* What you should do
Restrict the output to the lines below starting at the one that contains "extrude(amount=-F9_DEPTH, mode=Mode.SUBTRACT)" and ending at the one that contains "FreeCAD Python script", and restate them word for word, both ends included.

* The input
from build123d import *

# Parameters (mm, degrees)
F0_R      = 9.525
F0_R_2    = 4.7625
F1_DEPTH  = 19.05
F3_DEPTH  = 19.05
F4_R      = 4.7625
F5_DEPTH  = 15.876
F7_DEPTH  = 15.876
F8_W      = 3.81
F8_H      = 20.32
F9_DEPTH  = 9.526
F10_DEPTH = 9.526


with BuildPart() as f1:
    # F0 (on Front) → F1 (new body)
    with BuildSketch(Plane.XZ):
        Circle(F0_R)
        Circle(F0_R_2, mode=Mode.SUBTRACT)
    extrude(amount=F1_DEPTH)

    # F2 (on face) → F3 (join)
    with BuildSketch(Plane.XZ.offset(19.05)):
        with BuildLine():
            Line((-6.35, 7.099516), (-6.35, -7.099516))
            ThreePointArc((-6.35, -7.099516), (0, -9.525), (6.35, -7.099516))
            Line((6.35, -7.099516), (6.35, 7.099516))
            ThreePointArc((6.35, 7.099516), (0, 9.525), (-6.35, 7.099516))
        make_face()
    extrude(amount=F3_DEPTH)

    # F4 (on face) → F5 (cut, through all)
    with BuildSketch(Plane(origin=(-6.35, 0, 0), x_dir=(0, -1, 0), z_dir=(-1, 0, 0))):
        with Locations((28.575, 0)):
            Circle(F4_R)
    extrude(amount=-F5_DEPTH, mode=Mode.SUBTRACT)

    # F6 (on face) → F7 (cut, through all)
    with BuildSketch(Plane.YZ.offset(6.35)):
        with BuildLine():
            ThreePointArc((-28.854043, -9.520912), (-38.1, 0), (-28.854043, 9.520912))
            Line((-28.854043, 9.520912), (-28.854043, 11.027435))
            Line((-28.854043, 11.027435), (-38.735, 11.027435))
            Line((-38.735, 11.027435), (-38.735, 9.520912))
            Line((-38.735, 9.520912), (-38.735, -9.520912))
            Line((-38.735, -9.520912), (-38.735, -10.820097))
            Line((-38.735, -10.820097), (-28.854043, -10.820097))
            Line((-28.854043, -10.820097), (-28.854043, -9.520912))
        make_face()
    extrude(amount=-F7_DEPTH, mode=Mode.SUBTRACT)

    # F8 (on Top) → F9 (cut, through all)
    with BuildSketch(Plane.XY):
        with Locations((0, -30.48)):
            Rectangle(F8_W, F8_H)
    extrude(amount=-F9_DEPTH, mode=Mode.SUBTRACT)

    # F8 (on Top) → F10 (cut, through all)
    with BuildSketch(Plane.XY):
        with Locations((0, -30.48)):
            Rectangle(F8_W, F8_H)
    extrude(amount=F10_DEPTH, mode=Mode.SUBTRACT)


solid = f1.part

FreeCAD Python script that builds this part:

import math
import FreeCAD as App
import Part
import Sketcher
Q = App.Units.Quantity

doc = App.newDocument("Part")
body = doc.addObject("PartDesign::Body", "Body")

# Sketch on XZ plane
sketch1 = body.newObject("Sketcher::SketchObject", "Sketch")
sketch1.AttachmentSupport = (doc.getObject("XZ_Plane"), [""])
sketch1.MapMode = "FlatFace"
sketch1.addGeometry([
    Part.Circle(App.Vector(0, 0, 0), App.Vector(0, 0, 1), 9.525),
    Part.Circle(App.Vector(0, 0, 0), App.Vector(0, 0, 1), 4.7625),
], False)
sketch1.addConstraint([
    Sketcher.Constraint("Coincident", 0, 3, -1, 1),
    Sketcher.Constraint("Coincident", 1, 3, -1, 1),
    Sketcher.Constraint("Diameter", 0, Q("0.75 in")),
    Sketcher.Constraint("Diameter", 1, Q("0.375 in")),
])
pad1 = body.newObject("PartDesign::Pad", "Pad")
pad1.Profile = sketch1
pad1.Length = Q("0.75 in")

# Sketch on XZ plane
sketch2 = body.newObject("Sketcher::SketchObject", "Sketch001")
sketch2.AttachmentSupport = (doc.getObject("XZ_Plane"), [""])
sketch2.MapMode = "FlatFace"
sketch2.AttachmentOffset = App.Placement(App.Vector(0, 0, 0.75 * 25.4), App.Rotation())
sketch2.addGeometry([
    Part.LineSegment(App.Vector(-6.35, 7.099516, 0), App.Vector(-6.35, -7.099516, 0)),
    Part.ArcOfCircle(Part.Circle(App.Vector(0, 0.000001, 0), App.Vector(0, 0, 1), 9.525001), math.radians(-131.810312), math.radians(-48.189688)),
    Part.LineSegment(App.Vector(6.35, -7.099516, 0), App.Vector(6.35, 7.099516, 0)),
    Part.ArcOfCircle(Part.Circle(App.Vector(0, -0.000001, 0), App.Vector(0, 0, 1), 9.525001), math.radians(48.189688), math.radians(131.810312)),
], False)
sketch2.addConstraint([
    Sketcher.Constraint("Coincident", 0, 2, 1, 1),
    Sketcher.Constraint("Coincident", 1, 2, 2, 1),
    Sketcher.Constraint("Coincident", 2, 2, 3, 1),
    Sketcher.Constraint("Coincident", 3, 2, 0, 1),
    Sketcher.Constraint("Vertical", 0),
    Sketcher.Constraint("Vertical", 2),
    Sketcher.Constraint("Coincident", 1, 3, -1, 1),
    Sketcher.Constraint("Coincident", 3, 3, -1, 1),
    Sketcher.Constraint("Equal", 1, 3),
    Sketcher.Constraint("Horizontal", 0, 2, 1, 2),
    Sketcher.Constraint("Radius", 1, Q("0.375 in")),
    Sketcher.Constraint("DistanceX", 0, 2, 1, 2, Q("0.5 in")),
])
pad2 = body.newObject("PartDesign::Pad", "Pad001")
pad2.Profile = sketch2
pad2.Length = Q("0.75 in")

# Sketch on YZ plane
sketch3 = body.newObject("Sketcher::SketchObject", "Sketch002")
sketch3.AttachmentSupport = (doc.getObject("YZ_Plane"), [""])
sketch3.MapMode = "FlatFace"
sketch3.AttachmentOffset = App.Placement(App.Vector(0, 0, -0.25 * 25.4), App.Rotation())
sketch3.addGeometry(Part.Circle(App.Vector(-28.575, 0, 0), App.Vector(0, 0, 1), 4.7625), False)
sketch3.addConstraint([
    Sketcher.Constraint("PointOnObject", 0, 3, -1),
    Sketcher.Constraint("Diameter", 0, Q("0.375 in")),
    Sketcher.Constraint("DistanceX", 0, 3, -1, 1, Q("1.125 in")),
])
pocket1 = body.newObject("PartDesign::Pocket", "Pocket")
pocket1.Profile = sketch3
pocket1.Type = "ThroughAll"
pocket1.Reversed = True

# Sketch on YZ plane
sketch4 = body.newObject("Sketcher::SketchObject", "Sketch003")
sketch4.AttachmentSupport = (doc.getObject("YZ_Plane"), [""])
sketch4.MapMode = "FlatFace"
sketch4.AttachmentOffset = App.Placement(App.Vector(0, 0, 0.25 * 25.4), App.Rotation())
sketch4.addGeometry([
    Part.ArcOfCircle(Part.Circle(App.Vector(-28.575, 0, 0), App.Vector(0, 0, 1), 9.525), math.radians(91.678771), math.radians(268.321229)),  # 0
    Part.LineSegment(App.Vector(-28.854043, 9.520912, 0), App.Vector(-28.854043, 11.027435, 0)),  # 1
    Part.LineSegment(App.Vector(-28.854043, 11.027435, 0), App.Vector(-38.735, 11.027435, 0)),  # 2
    Part.LineSegment(App.Vector(-38.735, 11.027435, 0), App.Vector(-38.735, -10.820097, 0)),  # 3
    Part.LineSegment(App.Vector(-38.735, -10.820097, 0), App.Vector(-28.854043, -10.820097, 0)),  # 4
    Part.LineSegment(App.Vector(-28.854043, -10.820097, 0), App.Vector(-28.854043, -9.520912, 0)),  # 5
], False)
sketch4.addConstraint([
    Sketcher.Constraint("Coincident", 0, 1, 1, 1),
    Sketcher.Constraint("Coincident", 1, 2, 2, 1),
    Sketcher.Constraint("Coincident", 2, 2, 3, 1),
    Sketcher.Constraint("Coincident", 3, 2, 4, 1),
    Sketcher.Constraint("Coincident", 4, 2, 5, 1),
    Sketcher.Constraint("Coincident", 5, 2, 0, 2),
    Sketcher.Constraint("Vertical", 1),
    Sketcher.Constraint("Horizontal", 2),
    Sketcher.Constraint("Vertical", 3),
    Sketcher.Constraint("Horizontal", 4),
    Sketcher.Constraint("Vertical", 5),
    Sketcher.Constraint("Symmetric", 0, 1, 5, 2, -1),
    Sketcher.Constraint("Radius", 0, Q("0.375 in")),
    Sketcher.Constraint("DistanceX", 2, 2, 0, 3, Q("0.4 in")),
    Sketcher.Constraint("DistanceX", 0, 3, -1, 1, Q("1.125 in")),
    Sketcher.Constraint("DistanceX", 2, 2, 2, 1, Q("9.880957 mm")),
    Sketcher.Constraint("DistanceY", 1, 1, 1, 2, Q("1.506523 mm")),
    Sketcher.Constraint("DistanceY", 3, 2, 3, 1, Q("21.847532 mm")),
])
pocket2 = body.newObject("PartDesign::Pocket", "Pocket001")
pocket2.Profile = sketch4
pocket2.Type = "ThroughAll"

# Sketch on XY plane
sketch5 = body.newObject("Sketcher::SketchObject", "Sketch004")
sketch5.AttachmentSupport = (doc.getObject("XY_Plane"), [""])
sketch5.MapMode = "FlatFace"
sketch5.addGeometry([
    Part.LineSegment(App.Vector(-1.905, -20.32, 0), App.Vector(-1.905, -40.64, 0)),
    Part.LineSegment(App.Vector(-1.905, -40.64, 0), App.Vector(1.905, -40.64, 0)),
    Part.LineSegment(App.Vector(1.905, -40.64, 0), App.Vector(1.905, -20.32, 0)),
    Part.LineSegment(App.Vector(1.905, -20.32, 0), App.Vector(-1.905, -20.32, 0)),
], False)
sketch5.addConstraint([
    Sketcher.Constraint("Coincident", 0, 2, 1, 1),
    Sketcher.Constraint("Coincident", 1, 2, 2, 1),
    Sketcher.Constraint("Coincident", 2, 2, 3, 1),
    Sketcher.Constraint("Coincident", 3, 2, 0, 1),
    Sketcher.Constraint("Vertical", 0),
    Sketcher.Constraint("Horizontal", 1),
    Sketcher.Constraint("Vertical", 2),
    Sketcher.Constraint("Horizontal", 3),
    Sketcher.Constraint("DistanceY", 0, 2, 0, 1, Q("0.8 in")),
    Sketcher.Constraint("DistanceX", 1, 1, 1, 2, Q("0.15 in")),
    Sketcher.Constraint("DistanceY", 0, 2, -1, 1, Q("1.6 in")),
    Sketcher.Constraint("DistanceX", 0, 2, -1, 1, Q("0.075 in")),
])
pocket3 = body.newObject("PartDesign::Pocket", "Pocket002")
pocket3.Profile = sketch5
pocket3.Type = "ThroughAll"

# Sketch on XY plane
sketch6 = body.newObject("Sketcher::SketchObject", "Sketch005")
sketch6.AttachmentSupport = (doc.getObject("XY_Plane"), [""])
sketch6.MapMode = "FlatFace"
sketch6.addGeometry([
    Part.LineSegment(App.Vector(-1.905, -20.32, 0), App.Vector(-1.905, -40.64, 0)),
    Part.LineSegment(App.Vector(-1.905, -40.64, 0), App.Vector(1.905, -40.64, 0)),
    Part.LineSegment(App.Vector(1.905, -40.64, 0), App.Vector(1.905, -20.32, 0)),
    Part.LineSegment(App.Vector(1.905, -20.32, 0), App.Vector(-1.905, -20.32, 0)),
], False)
sketch6.addConstraint([
    Sketcher.Constraint("Coincident", 0, 2, 1, 1),
    Sketcher.Constraint("Coincident", 1, 2, 2, 1),
    Sketcher.Constraint("Coincident", 2, 2, 3, 1),
    Sketcher.Constraint("Coincident", 3, 2, 0, 1),
    Sketcher.Constraint("Vertical", 0),
    Sketcher.Constraint("Horizontal", 1),
    Sketcher.Constraint("Vertical", 2),
    Sketcher.Constraint("Horizontal", 3),
    Sketcher.Constraint("DistanceY", 0, 2, 0, 1, Q("0.8 in")),
    Sketcher.Constraint("DistanceX", 1, 1, 1, 2, Q("0.15 in")),
    Sketcher.Constraint("DistanceY", 0, 2, -1, 1, Q("1.6 in")),
    Sketcher.Constraint("DistanceX", 0, 2, -1, 1, Q("0.075 in")),
])
pocket4 = body.newObject("PartDesign::Pocket", "Pocket003")
pocket4.Profile = sketch6
pocket4.Type = "ThroughAll"
pocket4.Reversed = True

doc.recompute()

* Your response
    extrude(amount=-F9_DEPTH, mode=Mode.SUBTRACT)

    # F8 (on Top) → F10 (cut, through all)
    with BuildSketch(Plane.XY):
        with Locations((0, -30.48)):
            Rectangle(F8_W, F8_H)
    extrude(amount=F10_DEPTH, mode=Mode.SUBTRACT)


solid = f1.part

FreeCAD Python script that builds this part:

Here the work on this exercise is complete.